After Kit leaves for rehab, Beth and Rhys become a couple and Rhys later proposes. Following money troubles, Beth is forced to pull the rest of her children from their boarding schools and they all move in with the Sutherlands. In early 2004, Beth and Rhys marry in an intimate ceremony on the beach with most of the family attending and Alf Stewart (Ray Meagher) and Colleen Smart (Lyn Collingwood) as witnesses. The day is marred when Rhy's daughter Kirsty (Christie Hayes) elopes with her fiancé Kane Phillips (Sam Atwell) and argument ensues and Beth is forced to keep the peace.

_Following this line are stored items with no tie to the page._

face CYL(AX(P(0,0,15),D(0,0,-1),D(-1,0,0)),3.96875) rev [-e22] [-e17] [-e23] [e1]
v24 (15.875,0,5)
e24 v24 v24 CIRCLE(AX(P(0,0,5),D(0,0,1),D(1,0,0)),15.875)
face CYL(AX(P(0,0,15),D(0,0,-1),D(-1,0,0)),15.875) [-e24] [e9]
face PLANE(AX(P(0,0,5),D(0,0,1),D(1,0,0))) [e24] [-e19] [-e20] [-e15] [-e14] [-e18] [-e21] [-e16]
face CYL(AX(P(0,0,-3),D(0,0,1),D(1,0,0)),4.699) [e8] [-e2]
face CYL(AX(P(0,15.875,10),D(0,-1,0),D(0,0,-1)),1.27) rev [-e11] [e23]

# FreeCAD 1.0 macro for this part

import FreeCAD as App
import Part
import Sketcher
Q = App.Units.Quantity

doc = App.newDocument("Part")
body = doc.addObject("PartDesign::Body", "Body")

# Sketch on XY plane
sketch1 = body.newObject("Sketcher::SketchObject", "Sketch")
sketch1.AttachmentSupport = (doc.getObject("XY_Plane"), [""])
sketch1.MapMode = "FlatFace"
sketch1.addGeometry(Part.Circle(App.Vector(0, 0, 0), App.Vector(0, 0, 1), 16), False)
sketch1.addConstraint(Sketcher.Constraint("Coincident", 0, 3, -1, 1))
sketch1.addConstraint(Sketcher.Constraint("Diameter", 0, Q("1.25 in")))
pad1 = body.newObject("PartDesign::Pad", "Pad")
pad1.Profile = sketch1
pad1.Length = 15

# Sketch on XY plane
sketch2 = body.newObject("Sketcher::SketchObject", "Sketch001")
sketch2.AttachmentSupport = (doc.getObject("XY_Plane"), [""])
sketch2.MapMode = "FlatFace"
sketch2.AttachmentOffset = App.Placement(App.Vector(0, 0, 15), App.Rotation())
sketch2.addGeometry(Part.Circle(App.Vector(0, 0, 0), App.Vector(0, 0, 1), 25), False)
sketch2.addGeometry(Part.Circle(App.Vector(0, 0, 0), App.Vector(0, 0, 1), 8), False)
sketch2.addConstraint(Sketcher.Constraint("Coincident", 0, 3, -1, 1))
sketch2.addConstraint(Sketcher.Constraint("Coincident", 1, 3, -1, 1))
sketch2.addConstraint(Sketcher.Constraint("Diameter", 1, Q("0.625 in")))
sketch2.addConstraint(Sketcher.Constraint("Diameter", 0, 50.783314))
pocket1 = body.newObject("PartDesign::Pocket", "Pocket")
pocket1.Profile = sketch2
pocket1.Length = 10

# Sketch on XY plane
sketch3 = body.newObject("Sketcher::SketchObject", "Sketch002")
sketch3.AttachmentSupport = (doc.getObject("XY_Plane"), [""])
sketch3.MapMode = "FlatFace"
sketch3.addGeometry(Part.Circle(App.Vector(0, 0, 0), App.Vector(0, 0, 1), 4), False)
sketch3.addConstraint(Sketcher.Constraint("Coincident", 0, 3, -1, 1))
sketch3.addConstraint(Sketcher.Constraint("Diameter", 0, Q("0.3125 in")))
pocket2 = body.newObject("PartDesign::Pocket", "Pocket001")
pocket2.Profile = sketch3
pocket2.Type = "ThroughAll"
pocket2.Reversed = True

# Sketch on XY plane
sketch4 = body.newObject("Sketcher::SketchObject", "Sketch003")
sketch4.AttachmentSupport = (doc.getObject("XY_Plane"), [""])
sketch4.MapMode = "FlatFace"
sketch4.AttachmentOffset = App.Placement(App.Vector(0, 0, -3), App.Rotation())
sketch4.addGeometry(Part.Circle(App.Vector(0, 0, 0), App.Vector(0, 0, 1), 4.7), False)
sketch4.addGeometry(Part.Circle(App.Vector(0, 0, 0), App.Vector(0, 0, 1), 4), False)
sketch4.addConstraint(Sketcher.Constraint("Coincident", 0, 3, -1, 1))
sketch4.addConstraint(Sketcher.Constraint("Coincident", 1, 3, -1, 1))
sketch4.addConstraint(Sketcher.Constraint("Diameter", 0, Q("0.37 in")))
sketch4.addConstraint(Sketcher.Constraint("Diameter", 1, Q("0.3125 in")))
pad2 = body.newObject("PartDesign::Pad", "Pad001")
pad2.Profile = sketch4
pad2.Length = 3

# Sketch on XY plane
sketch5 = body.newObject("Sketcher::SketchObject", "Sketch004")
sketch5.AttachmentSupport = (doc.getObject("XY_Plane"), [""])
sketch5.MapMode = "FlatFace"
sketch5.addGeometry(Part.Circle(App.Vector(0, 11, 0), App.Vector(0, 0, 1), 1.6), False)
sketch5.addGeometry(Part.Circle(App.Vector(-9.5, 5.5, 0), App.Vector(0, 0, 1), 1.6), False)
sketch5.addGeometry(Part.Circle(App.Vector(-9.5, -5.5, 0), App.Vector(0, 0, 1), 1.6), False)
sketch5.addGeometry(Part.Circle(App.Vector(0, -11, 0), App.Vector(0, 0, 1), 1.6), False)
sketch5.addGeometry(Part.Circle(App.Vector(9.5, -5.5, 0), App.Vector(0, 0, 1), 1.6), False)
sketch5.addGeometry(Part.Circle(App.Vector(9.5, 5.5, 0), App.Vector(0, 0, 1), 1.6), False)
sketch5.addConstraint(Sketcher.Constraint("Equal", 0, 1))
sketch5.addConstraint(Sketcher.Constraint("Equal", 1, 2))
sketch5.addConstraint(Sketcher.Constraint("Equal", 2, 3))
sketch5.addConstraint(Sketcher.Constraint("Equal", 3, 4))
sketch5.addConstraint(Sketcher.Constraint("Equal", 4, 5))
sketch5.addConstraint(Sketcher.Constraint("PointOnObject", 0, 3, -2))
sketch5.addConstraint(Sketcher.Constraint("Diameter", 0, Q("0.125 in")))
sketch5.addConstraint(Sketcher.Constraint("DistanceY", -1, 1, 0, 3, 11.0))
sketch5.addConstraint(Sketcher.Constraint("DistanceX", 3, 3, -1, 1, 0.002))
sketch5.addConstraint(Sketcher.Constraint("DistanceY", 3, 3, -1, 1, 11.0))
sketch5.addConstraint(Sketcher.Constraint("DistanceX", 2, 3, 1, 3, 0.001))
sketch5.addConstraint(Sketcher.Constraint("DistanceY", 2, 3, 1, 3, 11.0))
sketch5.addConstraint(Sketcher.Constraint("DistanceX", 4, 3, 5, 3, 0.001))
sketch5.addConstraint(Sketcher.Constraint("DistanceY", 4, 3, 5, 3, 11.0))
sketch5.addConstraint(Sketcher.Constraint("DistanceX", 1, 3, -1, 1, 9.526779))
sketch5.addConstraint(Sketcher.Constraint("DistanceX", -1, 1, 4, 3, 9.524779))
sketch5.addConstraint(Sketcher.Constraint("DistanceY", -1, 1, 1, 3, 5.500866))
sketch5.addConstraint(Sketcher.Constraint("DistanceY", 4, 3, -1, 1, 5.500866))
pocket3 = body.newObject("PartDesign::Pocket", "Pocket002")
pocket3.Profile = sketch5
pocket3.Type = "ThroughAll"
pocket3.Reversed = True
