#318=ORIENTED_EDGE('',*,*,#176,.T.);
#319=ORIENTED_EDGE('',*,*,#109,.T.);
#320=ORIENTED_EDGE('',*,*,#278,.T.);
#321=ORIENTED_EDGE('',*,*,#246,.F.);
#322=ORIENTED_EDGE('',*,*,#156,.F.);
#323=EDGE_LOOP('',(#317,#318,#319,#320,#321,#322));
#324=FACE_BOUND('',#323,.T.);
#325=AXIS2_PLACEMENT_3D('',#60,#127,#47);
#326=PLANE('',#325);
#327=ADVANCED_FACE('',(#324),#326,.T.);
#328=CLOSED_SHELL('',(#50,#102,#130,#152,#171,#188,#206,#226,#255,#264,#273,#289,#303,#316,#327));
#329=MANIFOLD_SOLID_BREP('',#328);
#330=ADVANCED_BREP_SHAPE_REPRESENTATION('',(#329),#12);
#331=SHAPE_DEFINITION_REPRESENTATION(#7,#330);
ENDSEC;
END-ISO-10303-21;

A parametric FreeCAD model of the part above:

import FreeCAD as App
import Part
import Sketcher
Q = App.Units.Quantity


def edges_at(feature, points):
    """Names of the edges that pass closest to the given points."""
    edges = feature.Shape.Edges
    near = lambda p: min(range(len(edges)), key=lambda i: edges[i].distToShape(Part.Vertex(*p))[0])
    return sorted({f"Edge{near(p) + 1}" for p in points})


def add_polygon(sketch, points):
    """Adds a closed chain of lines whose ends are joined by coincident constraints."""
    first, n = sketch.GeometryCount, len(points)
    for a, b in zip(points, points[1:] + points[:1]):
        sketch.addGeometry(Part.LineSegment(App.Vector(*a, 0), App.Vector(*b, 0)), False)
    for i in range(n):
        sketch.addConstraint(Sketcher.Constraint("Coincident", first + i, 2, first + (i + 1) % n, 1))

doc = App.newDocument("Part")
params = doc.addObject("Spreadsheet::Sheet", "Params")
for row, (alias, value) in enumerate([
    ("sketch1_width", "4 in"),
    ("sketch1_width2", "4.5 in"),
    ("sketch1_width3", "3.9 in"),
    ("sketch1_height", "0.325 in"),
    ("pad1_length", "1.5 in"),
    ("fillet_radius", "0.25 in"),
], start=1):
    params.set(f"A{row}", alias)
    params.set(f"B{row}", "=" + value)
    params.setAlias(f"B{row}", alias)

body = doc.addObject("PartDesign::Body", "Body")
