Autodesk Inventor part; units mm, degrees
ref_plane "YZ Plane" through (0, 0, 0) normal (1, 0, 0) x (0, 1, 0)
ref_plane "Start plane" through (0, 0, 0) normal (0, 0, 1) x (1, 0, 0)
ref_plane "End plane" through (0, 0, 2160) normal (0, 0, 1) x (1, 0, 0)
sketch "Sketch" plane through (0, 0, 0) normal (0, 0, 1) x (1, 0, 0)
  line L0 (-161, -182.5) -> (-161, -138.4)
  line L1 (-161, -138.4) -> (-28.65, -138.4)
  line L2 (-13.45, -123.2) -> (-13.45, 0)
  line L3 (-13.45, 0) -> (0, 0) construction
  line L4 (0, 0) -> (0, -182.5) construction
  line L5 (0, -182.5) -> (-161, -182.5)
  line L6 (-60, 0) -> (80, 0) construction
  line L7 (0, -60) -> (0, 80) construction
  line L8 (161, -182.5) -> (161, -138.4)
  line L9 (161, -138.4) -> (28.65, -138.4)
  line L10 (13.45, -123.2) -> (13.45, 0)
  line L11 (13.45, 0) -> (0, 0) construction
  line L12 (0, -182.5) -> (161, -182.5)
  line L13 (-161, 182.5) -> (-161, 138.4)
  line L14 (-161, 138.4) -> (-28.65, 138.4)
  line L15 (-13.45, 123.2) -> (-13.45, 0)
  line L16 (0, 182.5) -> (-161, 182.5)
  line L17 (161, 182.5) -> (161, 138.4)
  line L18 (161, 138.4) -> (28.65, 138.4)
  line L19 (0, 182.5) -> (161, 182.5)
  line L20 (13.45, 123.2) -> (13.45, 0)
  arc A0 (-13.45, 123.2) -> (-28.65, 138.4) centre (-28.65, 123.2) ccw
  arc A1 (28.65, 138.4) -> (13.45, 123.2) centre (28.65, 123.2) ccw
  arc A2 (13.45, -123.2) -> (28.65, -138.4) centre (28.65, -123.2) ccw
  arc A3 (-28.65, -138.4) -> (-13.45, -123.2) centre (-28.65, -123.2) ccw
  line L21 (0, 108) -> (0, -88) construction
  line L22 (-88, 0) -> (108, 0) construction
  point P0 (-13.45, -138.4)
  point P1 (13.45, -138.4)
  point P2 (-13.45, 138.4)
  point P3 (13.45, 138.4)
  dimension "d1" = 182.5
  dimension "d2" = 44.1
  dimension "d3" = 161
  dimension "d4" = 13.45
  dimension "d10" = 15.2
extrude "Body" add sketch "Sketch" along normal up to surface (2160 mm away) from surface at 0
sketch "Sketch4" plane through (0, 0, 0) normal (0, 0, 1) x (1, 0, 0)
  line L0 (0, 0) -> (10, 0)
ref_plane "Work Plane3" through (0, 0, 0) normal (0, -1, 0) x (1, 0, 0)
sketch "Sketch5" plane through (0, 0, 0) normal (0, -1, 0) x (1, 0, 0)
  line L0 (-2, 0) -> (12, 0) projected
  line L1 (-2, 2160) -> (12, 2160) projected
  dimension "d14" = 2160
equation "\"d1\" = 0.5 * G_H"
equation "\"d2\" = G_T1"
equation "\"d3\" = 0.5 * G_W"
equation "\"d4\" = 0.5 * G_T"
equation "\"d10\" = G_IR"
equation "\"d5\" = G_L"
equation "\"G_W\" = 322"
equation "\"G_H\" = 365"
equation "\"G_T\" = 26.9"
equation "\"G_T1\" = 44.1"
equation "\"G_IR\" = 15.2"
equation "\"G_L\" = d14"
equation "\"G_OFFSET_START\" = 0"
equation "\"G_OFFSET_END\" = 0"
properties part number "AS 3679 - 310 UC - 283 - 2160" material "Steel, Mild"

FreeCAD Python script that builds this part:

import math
import FreeCAD as App
import Part
import Sketcher
Q = App.Units.Quantity

doc = App.newDocument("Part")
body = doc.addObject("PartDesign::Body", "Body")

sketch1 = body.newObject("Sketcher::SketchObject", "Sketch")
sketch1.AttachmentSupport = (doc.getObject("XY_Plane"), [""])
sketch1.MapMode = "FlatFace"
sketch1.addGeometry([
    Part.LineSegment(App.Vector(-161, -138, 0), App.Vector(-161, -182, 0)),
    Part.LineSegment(App.Vector(-161, -182, 0), App.Vector(161, -182, 0)),
    Part.LineSegment(App.Vector(161, -182, 0), App.Vector(161, -138, 0)),
    Part.LineSegment(App.Vector(161, -138, 0), App.Vector(29, -138, 0)),
    Part.ArcOfCircle(Part.Circle(App.Vector(29, -123, 0), App.Vector(0, 0, 1), 15), math.radians(180), math.radians(270)),
    Part.LineSegment(App.Vector(13, -123, 0), App.Vector(13, 123, 0)),
    Part.ArcOfCircle(Part.Circle(App.Vector(29, 123, 0), App.Vector(0, 0, 1), 15), math.radians(90), math.radians(180)),
    Part.LineSegment(App.Vector(29, 138, 0), App.Vector(161, 138, 0)),
    Part.LineSegment(App.Vector(161, 138, 0), App.Vector(161, 182, 0)),
    Part.LineSegment(App.Vector(161, 182, 0), App.Vector(-161, 182, 0)),
    Part.LineSegment(App.Vector(-161, 182, 0), App.Vector(-161, 138, 0)),
    Part.LineSegment(App.Vector(-161, 138, 0), App.Vector(-29, 138, 0)),
    Part.ArcOfCircle(Part.Circle(App.Vector(-29, 123, 0), App.Vector(0, 0, 1), 15), math.radians(0), math.radians(90)),
    Part.LineSegment(App.Vector(-13, 123, 0), App.Vector(-13, -123, 0)),
    Part.ArcOfCircle(Part.Circle(App.Vector(-29, -123, 0), App.Vector(0, 0, 1), 15), math.radians(-90), math.radians(0)),
    Part.LineSegment(App.Vector(-29, -138, 0), App.Vector(-161, -138, 0)),
], False)
sketch1.addConstraint([
    Sketcher.Constraint("Coincident", 0, 2, 1, 1),
    Sketcher.Constraint("Coincident", 1, 2, 2, 1),
    Sketcher.Constraint("Coincident", 2, 2, 3, 1),
    Sketcher.Constraint("Tangent", 3, 2, 4, 2),
    Sketcher.Constraint("Tangent", 4, 1, 5, 1),
    Sketcher.Constraint("Tangent", 5, 2, 6, 2),
    Sketcher.Constraint("Tangent", 6, 1, 7, 1),
    Sketcher.Constraint("Coincident", 7, 2, 8, 1),
    Sketcher.Constraint("Coincident", 8, 2, 9, 1),
    Sketcher.Constraint("Coincident", 9, 2, 10, 1),
    Sketcher.Constraint("Coincident", 10, 2, 11, 1),
    Sketcher.Constraint("Tangent", 11, 2, 12, 2),
    Sketcher.Constraint("Tangent", 12, 1, 13, 1),
    Sketcher.Constraint("Tangent", 13, 2, 14, 2),
    Sketcher.Constraint("Tangent", 14, 1, 15, 1),
    Sketcher.Constraint("Coincident", 15, 2, 0, 1),
    Sketcher.Constraint("Vertical", 0),
    Sketcher.Constraint("Horizontal", 1),
    Sketcher.Constraint("Vertical", 2),
    Sketcher.Constraint("Horizontal", 3),
    Sketcher.Constraint("Vertical", 5),
    Sketcher.Constraint("Horizontal", 7),
    Sketcher.Constraint("Vertical", 8),
    Sketcher.Constraint("Horizontal", 9),
    Sketcher.Constraint("Vertical", 10),
    Sketcher.Constraint("Horizontal", 11),
    Sketcher.Constraint("Vertical", 13),
    Sketcher.Constraint("Horizontal", 15),
    Sketcher.Constraint("Equal", 4, 6),
    Sketcher.Constraint("Equal", 6, 12),
    Sketcher.Constraint("Equal", 12, 14),
    Sketcher.Constraint("Symmetric", 4, 3, 12, 3, -1, 1),
    Sketcher.Constraint("Symmetric", 0, 2, 8, 2, -1, 1),
    Sketcher.Constraint("Symmetric", 7, 2, 10, 2, -2),
    Sketcher.Constraint("Symmetric", 2, 2, 15, 2, -2),
    Sketcher.Constraint("Radius", 4, Q("15.2 mm")),
    Sketcher.Constraint("DistanceY", 0, 2, 0, 1, Q("44.1 mm")),
    Sketcher.Constraint("DistanceX", 0, 2, -1, 1, Q("161 mm")),
    Sketcher.Constraint("DistanceY", 0, 2, -1, 1, Q("182.5 mm")),
    Sketcher.Constraint("DistanceX", -1, 1, 4, 1, Q("13.45 mm")),
])
pad1 = body.newObject("PartDesign::Pad", "Pad")
pad1.Profile = sketch1
pad1.Length = 2160

doc.recompute()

Beth and Rhy's marriage is tested numerous times by the many dramas of their combined brood, but nothing can prepare them for the return of Rhy's ex-wife, Shelley (Paula Forrest) when Kirsty suffers kidney problems and needs a transplant. Rhys gradually falls in love with Shelley again and leaves Summer Bay, breaking Beth's heart. Wanting to move on with her life, Beth reverts to her previous married name and swaps houses with Sally Fletcher (Kate Ritchie) and Flynn Saunders (Joel McIlroy). When her new neighbour, widower Tony Holden arrives, Beth is taken with him and they become a couple.

Graham Walters (Doug Scroope), Beth's father arrives in Summer Bay announcing he has sold his farm and when it is revealed he has married the much younger Amanda Vale (Holly Brisley), Beth is disgusted and constantly finds herself at odds with Amanda, as she had previously tried to manipulate Scott into believing she was pregnant. When Graham suffers a massive heart attack and recovers in hospital, he makes peace with Beth, telling her that he does not want to continue living should he suffer a relapse. Graham suffers another heart attack and is pronounced brain dead. Beth and Amanda battle over turning the machine off. Amanda wins the fight and is pleased as she is Graham's wife and needs to keep him alive in order to render the pre-nuptial agreement invalid and gain his assets. Robbie later turns the machine off and Beth is shocked but understanding. Beth tells Amanda she does not care about the money but wants Graham's war medals, which Amanda later gives her.

Feeling trapped and longing to pursue her dreams of travelling the world, Beth is ready to go but Tony is firmly settled in Summer Bay. Tony supports her and she leaves to visit Scott and his partner Hayley Smith (Bec Cartwright) and their son, Noah in France then she visits Robbie, his wife Tasha (Isabel Lucas) and their daughter/stepdaughter Ella in America. On the day, Beth is due to return home, Kit goes into labour and Tony decides to wait for her to return. After Beth fails to appear, he assumes she has gone directly to the hospital and leaves to find her. On the way, Tony discovers a serious road traffic accident and is stopped by his son Jack (Paul O'Brien), who is one of the police officers on the scene who tries to break it to him that the body recovered from the wreckage is Beth. Tony, Kit and Matilda are left devastated and a memorial service for Beth is held in Summer Bay before her body is buried in her home town of Adelaide.

==Reception==
Sacha Molitorisz of The Sydney Morning Herald said that the episode featuring Beth and Rhys' wedding was better suited to "die hard fans". They criticised the plot for being "unengaging" and opined that the music, performances and dialogue were "painful" and "patchy".